О трудовых правах говорить не приходится. «Учителю положен методический день, который считается рабочим, но свободен от занятий, - рассказывает школьный преподаватель. – В природе его не существует. Коллективного договора я не видел. Доплата за проверку тетрадей назначается произвольно – где 20, где 15 процентов от ставки, доплата на литературу несопоставима с реальными ценами на книги, отгулы зажимают, ну и так далее». Поразительный порядок введен относительно учительских премий – директору школы невыгодно их назначать, так как «за экономию фонда заработной платы» премия полагается уже лично ему.

Недофинансирование растет. Санитарно-гигиенические средства закупаются на деньги родителей учеников, подготовка школ к августовской приемке ведется силами учителей, текущий ремонт не проводится. Теперь проблема коснулась и приоритетного направления в образовании – внедрения информационных технологий. В прошлом году истекли сроки лицензий на программное обеспечение в школах, а денег хватило только на продление пакета Windows + MS Office, и только на один год. Остальные программы, использовавшиеся в обучении, пришлось удалить со школьных компьютеров, а физические носители – уничтожить под акт с подписями ответственных лиц. Поговаривают, что в следующий раз не хватит и на Windows, в связи с чем школы планируется перевести на операционные системы Linux, бесплатные, но и незнакомые подчас даже преподавателям информатики.
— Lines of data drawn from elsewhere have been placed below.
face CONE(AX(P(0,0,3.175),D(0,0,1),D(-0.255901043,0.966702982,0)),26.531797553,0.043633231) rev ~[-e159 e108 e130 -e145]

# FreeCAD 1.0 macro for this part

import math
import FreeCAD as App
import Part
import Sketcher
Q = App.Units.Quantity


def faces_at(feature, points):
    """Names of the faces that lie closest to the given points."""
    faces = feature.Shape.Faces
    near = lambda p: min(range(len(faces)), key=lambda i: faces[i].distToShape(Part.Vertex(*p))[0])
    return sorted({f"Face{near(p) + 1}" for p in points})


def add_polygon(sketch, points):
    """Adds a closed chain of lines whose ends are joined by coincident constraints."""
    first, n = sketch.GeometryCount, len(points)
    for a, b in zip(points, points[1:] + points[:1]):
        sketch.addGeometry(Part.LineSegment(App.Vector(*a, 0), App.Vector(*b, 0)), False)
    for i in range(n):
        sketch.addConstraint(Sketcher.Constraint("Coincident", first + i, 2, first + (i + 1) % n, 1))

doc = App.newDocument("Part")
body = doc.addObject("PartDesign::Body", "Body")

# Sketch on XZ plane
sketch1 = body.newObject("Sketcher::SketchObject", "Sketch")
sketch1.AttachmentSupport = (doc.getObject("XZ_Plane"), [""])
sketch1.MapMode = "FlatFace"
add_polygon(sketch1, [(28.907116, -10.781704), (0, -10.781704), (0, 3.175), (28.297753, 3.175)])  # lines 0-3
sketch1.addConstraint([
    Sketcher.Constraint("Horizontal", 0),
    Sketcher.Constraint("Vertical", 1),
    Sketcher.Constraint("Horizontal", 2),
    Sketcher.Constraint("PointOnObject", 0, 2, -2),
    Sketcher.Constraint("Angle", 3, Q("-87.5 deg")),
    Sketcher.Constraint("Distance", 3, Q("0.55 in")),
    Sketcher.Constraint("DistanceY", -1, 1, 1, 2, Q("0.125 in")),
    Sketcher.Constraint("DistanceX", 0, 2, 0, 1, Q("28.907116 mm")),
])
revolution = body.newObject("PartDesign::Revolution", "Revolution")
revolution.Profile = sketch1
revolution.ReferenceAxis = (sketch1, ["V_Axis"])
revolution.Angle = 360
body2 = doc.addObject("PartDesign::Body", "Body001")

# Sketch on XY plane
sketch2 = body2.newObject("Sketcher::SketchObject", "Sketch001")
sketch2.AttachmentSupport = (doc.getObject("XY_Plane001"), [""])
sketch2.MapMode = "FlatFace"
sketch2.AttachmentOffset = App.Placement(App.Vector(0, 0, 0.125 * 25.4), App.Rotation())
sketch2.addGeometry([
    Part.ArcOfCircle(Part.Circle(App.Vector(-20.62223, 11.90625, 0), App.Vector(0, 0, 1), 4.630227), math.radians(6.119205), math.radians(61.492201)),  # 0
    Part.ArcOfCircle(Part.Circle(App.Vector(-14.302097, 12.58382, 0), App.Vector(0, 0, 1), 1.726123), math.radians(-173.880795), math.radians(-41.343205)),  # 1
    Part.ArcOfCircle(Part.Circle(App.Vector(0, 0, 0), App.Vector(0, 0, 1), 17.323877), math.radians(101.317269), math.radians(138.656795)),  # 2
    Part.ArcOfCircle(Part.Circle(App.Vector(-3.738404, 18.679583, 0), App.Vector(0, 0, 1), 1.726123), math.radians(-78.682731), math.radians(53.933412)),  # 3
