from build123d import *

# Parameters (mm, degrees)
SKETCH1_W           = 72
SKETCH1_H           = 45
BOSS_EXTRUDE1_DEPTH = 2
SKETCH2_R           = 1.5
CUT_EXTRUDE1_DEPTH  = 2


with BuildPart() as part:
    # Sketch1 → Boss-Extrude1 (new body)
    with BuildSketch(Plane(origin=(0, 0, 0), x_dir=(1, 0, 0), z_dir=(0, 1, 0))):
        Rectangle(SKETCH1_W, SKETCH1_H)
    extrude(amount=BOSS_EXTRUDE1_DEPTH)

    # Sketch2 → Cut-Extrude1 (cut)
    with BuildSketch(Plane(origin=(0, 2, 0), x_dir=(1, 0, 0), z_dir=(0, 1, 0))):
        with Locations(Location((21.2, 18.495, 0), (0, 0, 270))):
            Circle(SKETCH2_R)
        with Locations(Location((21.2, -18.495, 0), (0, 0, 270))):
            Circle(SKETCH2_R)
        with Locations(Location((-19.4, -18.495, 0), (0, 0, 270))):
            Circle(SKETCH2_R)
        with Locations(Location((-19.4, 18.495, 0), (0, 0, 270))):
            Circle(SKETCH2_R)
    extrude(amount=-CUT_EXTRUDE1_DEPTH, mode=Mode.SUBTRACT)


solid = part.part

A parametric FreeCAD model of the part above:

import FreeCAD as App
import Part
import Sketcher
from FreeCAD import Vector

doc = App.newDocument("Part")
body = doc.addObject("PartDesign::Body", "Body")

# Sketch on XZ plane
sketch1 = body.newObject("Sketcher::SketchObject", "Sketch")
sketch1.AttachmentSupport = (doc.getObject("XZ_Plane"), [""])
sketch1.MapMode = "FlatFace"
sketch1.addGeometry([
    Part.LineSegment(Vector(-36, -22, 0), Vector(-36, 22, 0)),
    Part.LineSegment(Vector(-36, 22, 0), Vector(36, 22, 0)),
    Part.LineSegment(Vector(36, 22, 0), Vector(36, -22, 0)),
    Part.LineSegment(Vector(36, -22, 0), Vector(-36, -22, 0)),
], False)
sketch1.addConstraint([
    Sketcher.Constraint("Coincident", 0, 2, 1, 1),
    Sketcher.Constraint("Coincident", 1, 2, 2, 1),
    Sketcher.Constraint("Coincident", 2, 2, 3, 1),
    Sketcher.Constraint("Coincident", 3, 2, 0, 1),
    Sketcher.Constraint("Vertical", 0),
    Sketcher.Constraint("Horizontal", 1),
    Sketcher.Constraint("Vertical", 2),
    Sketcher.Constraint("Horizontal", 3),
    Sketcher.Constraint("Symmetric", 0, 2, 2, 2, -1, 1),
    Sketcher.Constraint("DistanceX", 1, 1, 1, 2, 72.0),
    Sketcher.Constraint("DistanceY", 0, 1, 0, 2, 45.0),
])
pad1 = body.newObject("PartDesign::Pad", "Pad")
pad1.Profile = sketch1
pad1.Length = 2
pad1.Reversed = True

# Sketch on XZ plane
sketch2 = body.newObject("Sketcher::SketchObject", "Sketch001")
sketch2.AttachmentSupport = (doc.getObject("XZ_Plane"), [""])
sketch2.MapMode = "FlatFace"
sketch2.AttachmentOffset = App.Placement(Vector(0, 0, -2), App.Rotation())
sketch2.addGeometry([
    Part.Circle(Vector(21.2, -18.5, 0), Vector(0, 0, 1), 1.5),
    Part.Circle(Vector(21.2, 18.5, 0), Vector(0, 0, 1), 1.5),
    Part.Circle(Vector(-19.4, 18.5, 0), Vector(0, 0, 1), 1.5),
    Part.Circle(Vector(-19.4, -18.5, 0), Vector(0, 0, 1), 1.5),
], False)
sketch2.addConstraint([
    Sketcher.Constraint("Equal", 0, 1),
    Sketcher.Constraint("Equal", 1, 2),
    Sketcher.Constraint("Equal", 2, 3),
    Sketcher.Constraint("Symmetric", 0, 3, 1, 3, -1),
    Sketcher.Constraint("Symmetric", 2, 3, 3, 3, -1),
    Sketcher.Constraint("Horizontal", 1, 3, 2, 3),
    Sketcher.Constraint("Diameter", 0, 3.0),
    Sketcher.Constraint("DistanceX", -1, 1, 0, 3, 21.2),
    Sketcher.Constraint("DistanceX", 2, 3, -1, 1, 19.4),
    Sketcher.Constraint("DistanceY", 0, 3, 1, 3, 36.99),
])
pocket1 = body.newObject("PartDesign::Pocket", "Pocket")
pocket1.Profile = sketch2
pocket1.Length = 2
pocket1.Reversed = True

doc.recompute()
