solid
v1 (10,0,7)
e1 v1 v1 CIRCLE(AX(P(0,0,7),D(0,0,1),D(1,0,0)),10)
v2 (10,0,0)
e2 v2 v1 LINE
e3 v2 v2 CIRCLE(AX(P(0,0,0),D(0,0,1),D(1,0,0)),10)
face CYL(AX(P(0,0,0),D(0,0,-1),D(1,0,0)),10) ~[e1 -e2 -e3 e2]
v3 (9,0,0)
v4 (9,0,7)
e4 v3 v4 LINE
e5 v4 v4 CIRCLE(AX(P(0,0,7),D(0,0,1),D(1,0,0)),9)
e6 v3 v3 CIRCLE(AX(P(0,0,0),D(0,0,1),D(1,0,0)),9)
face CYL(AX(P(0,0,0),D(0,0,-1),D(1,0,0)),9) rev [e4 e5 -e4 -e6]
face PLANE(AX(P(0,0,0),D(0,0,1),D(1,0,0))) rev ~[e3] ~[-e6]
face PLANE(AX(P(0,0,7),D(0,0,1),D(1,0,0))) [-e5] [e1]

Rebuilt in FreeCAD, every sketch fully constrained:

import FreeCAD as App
import Part
import Sketcher
from FreeCAD import Vector

doc = App.newDocument("Part")
body = doc.addObject("PartDesign::Body", "Body")

sketch1 = body.newObject("Sketcher::SketchObject", "Sketch")
sketch1.AttachmentSupport = (doc.getObject("XY_Plane"), [""])
sketch1.MapMode = "FlatFace"
sketch1.addGeometry([
    Part.Circle(Vector(0, 0, 0), Vector(0, 0, 1), 10),
    Part.Circle(Vector(0, 0, 0), Vector(0, 0, 1), 9),
], False)
sketch1.addConstraint([
    Sketcher.Constraint("Coincident", 0, 3, -1, 1),
    Sketcher.Constraint("Coincident", 1, 3, -1, 1),
    Sketcher.Constraint("Diameter", 0, 20.0),
    Sketcher.Constraint("Diameter", 1, 18.0),
])
pad1 = body.newObject("PartDesign::Pad", "Pad")
pad1.Profile = sketch1
pad1.Length = 7

doc.recompute()
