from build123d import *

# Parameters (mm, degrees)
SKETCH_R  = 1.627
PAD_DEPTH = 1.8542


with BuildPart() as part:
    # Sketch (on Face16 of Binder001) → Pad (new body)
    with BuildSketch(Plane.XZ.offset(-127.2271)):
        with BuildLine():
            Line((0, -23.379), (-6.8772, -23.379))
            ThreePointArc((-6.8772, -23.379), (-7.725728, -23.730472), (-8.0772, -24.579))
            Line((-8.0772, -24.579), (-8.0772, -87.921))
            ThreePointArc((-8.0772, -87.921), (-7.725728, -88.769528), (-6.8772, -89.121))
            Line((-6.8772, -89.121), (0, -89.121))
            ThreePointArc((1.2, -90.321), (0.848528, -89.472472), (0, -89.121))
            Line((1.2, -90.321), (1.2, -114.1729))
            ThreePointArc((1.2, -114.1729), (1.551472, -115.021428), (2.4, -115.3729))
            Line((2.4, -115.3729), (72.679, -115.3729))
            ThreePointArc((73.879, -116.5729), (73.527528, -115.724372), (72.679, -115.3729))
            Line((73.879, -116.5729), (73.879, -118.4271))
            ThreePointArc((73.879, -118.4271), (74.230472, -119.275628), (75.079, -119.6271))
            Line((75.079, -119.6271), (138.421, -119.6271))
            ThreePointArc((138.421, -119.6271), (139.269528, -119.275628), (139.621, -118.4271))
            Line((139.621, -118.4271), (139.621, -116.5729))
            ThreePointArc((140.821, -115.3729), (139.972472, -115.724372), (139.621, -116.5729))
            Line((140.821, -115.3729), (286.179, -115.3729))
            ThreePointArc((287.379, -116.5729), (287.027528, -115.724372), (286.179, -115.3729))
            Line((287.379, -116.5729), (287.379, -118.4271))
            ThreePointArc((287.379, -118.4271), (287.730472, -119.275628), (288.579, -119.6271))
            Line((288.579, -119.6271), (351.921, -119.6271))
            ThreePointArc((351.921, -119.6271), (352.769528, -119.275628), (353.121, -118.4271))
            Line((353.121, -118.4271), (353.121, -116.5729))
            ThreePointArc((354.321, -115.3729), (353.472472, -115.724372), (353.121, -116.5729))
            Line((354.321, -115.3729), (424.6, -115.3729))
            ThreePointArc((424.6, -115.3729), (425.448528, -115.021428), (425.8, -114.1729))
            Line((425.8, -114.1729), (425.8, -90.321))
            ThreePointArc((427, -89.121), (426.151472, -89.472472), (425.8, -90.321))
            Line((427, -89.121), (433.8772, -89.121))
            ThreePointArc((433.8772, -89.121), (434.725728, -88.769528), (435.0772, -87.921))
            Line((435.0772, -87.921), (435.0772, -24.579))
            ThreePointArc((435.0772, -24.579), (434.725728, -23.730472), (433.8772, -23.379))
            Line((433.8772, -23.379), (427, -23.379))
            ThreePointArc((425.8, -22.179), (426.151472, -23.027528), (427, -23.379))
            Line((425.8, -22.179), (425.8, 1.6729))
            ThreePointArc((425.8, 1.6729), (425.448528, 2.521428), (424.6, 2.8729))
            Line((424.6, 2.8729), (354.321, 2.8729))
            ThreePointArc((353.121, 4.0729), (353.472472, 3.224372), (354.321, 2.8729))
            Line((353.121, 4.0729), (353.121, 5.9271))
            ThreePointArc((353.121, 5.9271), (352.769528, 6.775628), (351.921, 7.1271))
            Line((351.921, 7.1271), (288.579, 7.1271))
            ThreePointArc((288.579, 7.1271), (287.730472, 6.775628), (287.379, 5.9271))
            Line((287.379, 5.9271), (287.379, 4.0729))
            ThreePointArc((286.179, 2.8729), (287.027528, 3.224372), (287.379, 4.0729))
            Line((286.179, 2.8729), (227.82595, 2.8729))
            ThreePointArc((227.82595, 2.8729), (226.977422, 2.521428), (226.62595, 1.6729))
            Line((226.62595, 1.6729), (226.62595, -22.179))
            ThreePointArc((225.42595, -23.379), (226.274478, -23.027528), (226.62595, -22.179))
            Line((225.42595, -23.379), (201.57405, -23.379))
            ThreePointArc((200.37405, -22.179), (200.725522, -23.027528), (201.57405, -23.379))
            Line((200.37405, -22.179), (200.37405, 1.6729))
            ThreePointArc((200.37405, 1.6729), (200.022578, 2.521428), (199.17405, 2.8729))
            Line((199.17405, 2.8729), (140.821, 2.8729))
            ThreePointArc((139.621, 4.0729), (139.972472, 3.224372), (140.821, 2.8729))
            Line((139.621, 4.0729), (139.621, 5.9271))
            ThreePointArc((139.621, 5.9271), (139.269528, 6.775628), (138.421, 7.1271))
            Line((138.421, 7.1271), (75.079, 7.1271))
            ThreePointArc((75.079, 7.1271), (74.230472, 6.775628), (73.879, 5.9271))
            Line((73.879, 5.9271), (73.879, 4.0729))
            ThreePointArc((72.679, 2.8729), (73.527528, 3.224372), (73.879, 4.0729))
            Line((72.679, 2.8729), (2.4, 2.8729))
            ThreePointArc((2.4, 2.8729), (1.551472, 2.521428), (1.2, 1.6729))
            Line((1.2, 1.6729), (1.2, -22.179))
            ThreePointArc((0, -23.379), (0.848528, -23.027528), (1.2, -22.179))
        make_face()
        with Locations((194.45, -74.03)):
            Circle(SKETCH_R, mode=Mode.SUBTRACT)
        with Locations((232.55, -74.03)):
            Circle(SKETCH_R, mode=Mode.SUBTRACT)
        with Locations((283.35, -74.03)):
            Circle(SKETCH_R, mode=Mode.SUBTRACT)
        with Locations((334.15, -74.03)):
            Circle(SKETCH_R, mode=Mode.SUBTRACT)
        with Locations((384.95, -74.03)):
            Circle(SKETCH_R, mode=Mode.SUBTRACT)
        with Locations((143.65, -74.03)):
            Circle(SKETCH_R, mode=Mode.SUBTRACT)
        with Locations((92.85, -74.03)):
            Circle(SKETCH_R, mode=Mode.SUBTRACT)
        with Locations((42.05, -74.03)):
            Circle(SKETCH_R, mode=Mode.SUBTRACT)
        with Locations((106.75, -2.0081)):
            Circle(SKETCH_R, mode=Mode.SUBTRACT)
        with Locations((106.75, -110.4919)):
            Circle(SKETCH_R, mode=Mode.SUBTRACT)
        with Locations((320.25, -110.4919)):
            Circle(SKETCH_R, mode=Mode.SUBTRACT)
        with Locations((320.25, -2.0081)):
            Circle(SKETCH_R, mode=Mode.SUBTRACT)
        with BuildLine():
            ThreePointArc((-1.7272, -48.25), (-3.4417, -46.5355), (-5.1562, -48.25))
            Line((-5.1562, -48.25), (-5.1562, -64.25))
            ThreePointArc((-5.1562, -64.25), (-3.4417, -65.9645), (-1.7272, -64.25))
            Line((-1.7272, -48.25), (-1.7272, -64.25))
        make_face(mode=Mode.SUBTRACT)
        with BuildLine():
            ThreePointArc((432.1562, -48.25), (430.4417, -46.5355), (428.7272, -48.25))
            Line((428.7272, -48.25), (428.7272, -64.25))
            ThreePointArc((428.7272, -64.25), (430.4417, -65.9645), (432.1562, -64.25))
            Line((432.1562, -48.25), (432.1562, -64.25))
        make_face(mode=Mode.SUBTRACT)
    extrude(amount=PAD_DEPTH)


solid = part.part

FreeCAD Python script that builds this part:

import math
import FreeCAD as App
import Part
import Sketcher

V = App.Vector
Q = App.Units.Quantity

doc = App.newDocument("Part")
body = doc.addObject("PartDesign::Body", "Body")

# Sketch on XZ plane
sketch1 = body.newObject("Sketcher::SketchObject", "Sketch")
sketch1.AttachmentSupport = (doc.getObject("XZ_Plane"), [""])
sketch1.MapMode = "FlatFace"
sketch1.AttachmentOffset = App.Placement(V(0, 0, -127.2271), App.Rotation())
sketch1.addGeometry([
    Part.LineSegment(V(0, -23.379, 0), V(-6.8772, -23.379, 0)),  # 0
    Part.ArcOfCircle(Part.Circle(V(-6.8772, -24.579, 0), V(0, 0, 1), 1.2), math.radians(90.000022), math.radians(179.999978)),  # 1
    Part.LineSegment(V(-8.0772, -24.579, 0), V(-8.0772, -87.921, 0)),  # 2
    Part.ArcOfCircle(Part.Circle(V(-6.8772, -87.921, 0), V(0, 0, 1), 1.2), math.radians(-179.999978), math.radians(-90.000022)),  # 3
    Part.LineSegment(V(-6.8772, -89.121, 0), V(0, -89.121, 0)),  # 4
    Part.ArcOfCircle(Part.Circle(V(0, -90.321, 0), V(0, 0, 1), 1.2), math.radians(0.000022), math.radians(89.999978)),  # 5
    Part.LineSegment(V(1.2, -90.321, 0), V(1.2, -114.1729, 0)),  # 6
    Part.ArcOfCircle(Part.Circle(V(2.4, -114.1729, 0), V(0, 0, 1), 1.2), math.radians(-179.999978), math.radians(-90.000022)),  # 7
    Part.LineSegment(V(2.4, -115.3729, 0), V(72.679, -115.3729, 0)),  # 8
    Part.ArcOfCircle(Part.Circle(V(72.679, -116.5729, 0), V(0, 0, 1), 1.2), math.radians(0.000022), math.radians(89.999978)),  # 9
    Part.LineSegment(V(73.879, -116.5729, 0), V(73.879, -118.4271, 0)),  # 10
    Part.ArcOfCircle(Part.Circle(V(75.079, -118.4271, 0), V(0, 0, 1), 1.2), math.radians(-179.999978), math.radians(-90.000022)),  # 11
    Part.LineSegment(V(75.079, -119.6271, 0), V(138.421, -119.6271, 0)),  # 12
    Part.ArcOfCircle(Part.Circle(V(138.421, -118.4271, 0), V(0, 0, 1), 1.2), math.radians(-89.999978), math.radians(-0.000022)),  # 13
    Part.LineSegment(V(139.621, -118.4271, 0), V(139.621, -116.5729, 0)),  # 14
    Part.ArcOfCircle(Part.Circle(V(140.821, -116.5729, 0), V(0, 0, 1), 1.2), math.radians(90.000022), math.radians(179.999978)),  # 15
    Part.LineSegment(V(140.821, -115.3729, 0), V(286.179, -115.3729, 0)),  # 16
    Part.ArcOfCircle(Part.Circle(V(286.179, -116.5729, 0), V(0, 0, 1), 1.2), math.radians(0.000022), math.radians(89.999978)),  # 17
    Part.LineSegment(V(287.379, -116.5729, 0), V(287.379, -118.4271, 0)),  # 18
    Part.ArcOfCircle(Part.Circle(V(288.579, -118.4271, 0), V(0, 0, 1), 1.2), math.radians(-179.999978), math.radians(-90.000022)),  # 19
    Part.LineSegment(V(288.579, -119.6271, 0), V(351.921, -119.6271, 0)),  # 20
    Part.ArcOfCircle(Part.Circle(V(351.921, -118.4271, 0), V(0, 0, 1), 1.2), math.radians(-89.999978), math.radians(-0.000022)),  # 21
    Part.LineSegment(V(353.121, -118.4271, 0), V(353.121, -116.5729, 0)),  # 22
    Part.ArcOfCircle(Part.Circle(V(354.321, -116.5729, 0), V(0, 0, 1), 1.2), math.radians(90.000022), math.radians(179.999978)),  # 23
    Part.LineSegment(V(354.321, -115.3729, 0), V(424.6, -115.3729, 0)),  # 24
    Part.ArcOfCircle(Part.Circle(V(424.6, -114.1729, 0), V(0, 0, 1), 1.2), math.radians(-89.999978), math.radians(-0.000022)),  # 25
    Part.LineSegment(V(425.8, -114.1729, 0), V(425.8, -90.321, 0)),  # 26
    Part.ArcOfCircle(Part.Circle(V(427, -90.321, 0), V(0, 0, 1), 1.2), math.radians(90.000022), math.radians(179.999978)),  # 27
    Part.LineSegment(V(427, -89.121, 0), V(433.8772, -89.121, 0)),  # 28
    Part.ArcOfCircle(Part.Circle(V(433.8772, -87.921, 0), V(0, 0, 1), 1.2), math.radians(-89.999978), math.radians(-0.000022)),  # 29
    Part.LineSegment(V(435.0772, -87.921, 0), V(435.0772, -24.579, 0)),  # 30
    Part.ArcOfCircle(Part.Circle(V(433.8772, -24.579, 0), V(0, 0, 1), 1.2), math.radians(0.000022), math.radians(89.999978)),  # 31
    Part.LineSegment(V(433.8772, -23.379, 0), V(427, -23.379, 0)),  # 32
    Part.ArcOfCircle(Part.Circle(V(427, -22.179, 0), V(0, 0, 1), 1.2), math.radians(-179.999978), math.radians(-90.000022)),  # 33
    Part.LineSegment(V(425.8, -22.179, 0), V(425.8, 1.6729, 0)),  # 34
    Part.ArcOfCircle(Part.Circle(V(424.6, 1.6729, 0), V(0, 0, 1), 1.2), math.radians(0.000022), math.radians(89.999978)),  # 35
    Part.LineSegment(V(424.6, 2.8729, 0), V(354.321, 2.8729, 0)),  # 36
    Part.ArcOfCircle(Part.Circle(V(354.321, 4.0729, 0), V(0, 0, 1), 1.2), math.radians(-179.999978), math.radians(-90.000022)),  # 37
    Part.LineSegment(V(353.121, 4.0729, 0), V(353.121, 5.9271, 0)),  # 38
    Part.ArcOfCircle(Part.Circle(V(351.921, 5.9271, 0), V(0, 0, 1), 1.2), math.radians(0.000022), math.radians(89.999978)),  # 39
    Part.LineSegment(V(351.921, 7.1271, 0), V(288.579, 7.1271, 0)),  # 40
    Part.ArcOfCircle(Part.Circle(V(288.579, 5.9271, 0), V(0, 0, 1), 1.2), math.radians(90.000022), math.radians(179.999978)),  # 41
    Part.LineSegment(V(287.379, 5.9271, 0), V(287.379, 4.0729, 0)),  # 42
    Part.ArcOfCircle(Part.Circle(V(286.179, 4.0729, 0), V(0, 0, 1), 1.2), math.radians(-89.999978), math.radians(-0.000022)),  # 43
    Part.LineSegment(V(286.179, 2.8729, 0), V(227.82595, 2.8729, 0)),  # 44
    Part.ArcOfCircle(Part.Circle(V(227.82595, 1.6729, 0), V(0, 0, 1), 1.2), math.radians(90.000022), math.radians(179.999978)),  # 45
    Part.LineSegment(V(226.62595, 1.6729, 0), V(226.62595, -22.179, 0)),  # 46
    Part.ArcOfCircle(Part.Circle(V(225.42595, -22.179, 0), V(0, 0, 1), 1.2), math.radians(-89.999978), math.radians(-0.000022)),  # 47
    Part.LineSegment(V(225.42595, -23.379, 0), V(201.57405, -23.379, 0)),  # 48
    Part.ArcOfCircle(Part.Circle(V(201.57405, -22.179, 0), V(0, 0, 1), 1.2), math.radians(-179.999978), math.radians(-90.000022)),  # 49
Для преодоления бедности школьного учителя – одной из ключевых проблем сферы образования сегодня – требуются, конечно, колоссальные бюджетные траты. Но кое-что, по словам моего собеседника, можно было бы сделать хоть вчера. «Только районные отделы образования имеют в штате до 15 человек и занимают по 5-6 кабинетов, - утверждает он. – При этом никакой полезной функции они не выполняют и кроме бессмысленного надзора не занимаются ничем. Их бы и сократить в первую очередь». Можно к этому добавить, что неплохо было бы проредить и вышестоящие учреждения, и любителей «круглых столов по отдельному графику» из оргкомитета по проведению «Года учителя» в Удмуртской Республике. А там, глядишь, и бюрократию разводить будет особо некому, и деньги в бюджете найдутся хоть на пару кусков мыла в школьном туалете. У мыла, в отличие от некоторых чиновников, с «полезной функцией» пока что все в порядке.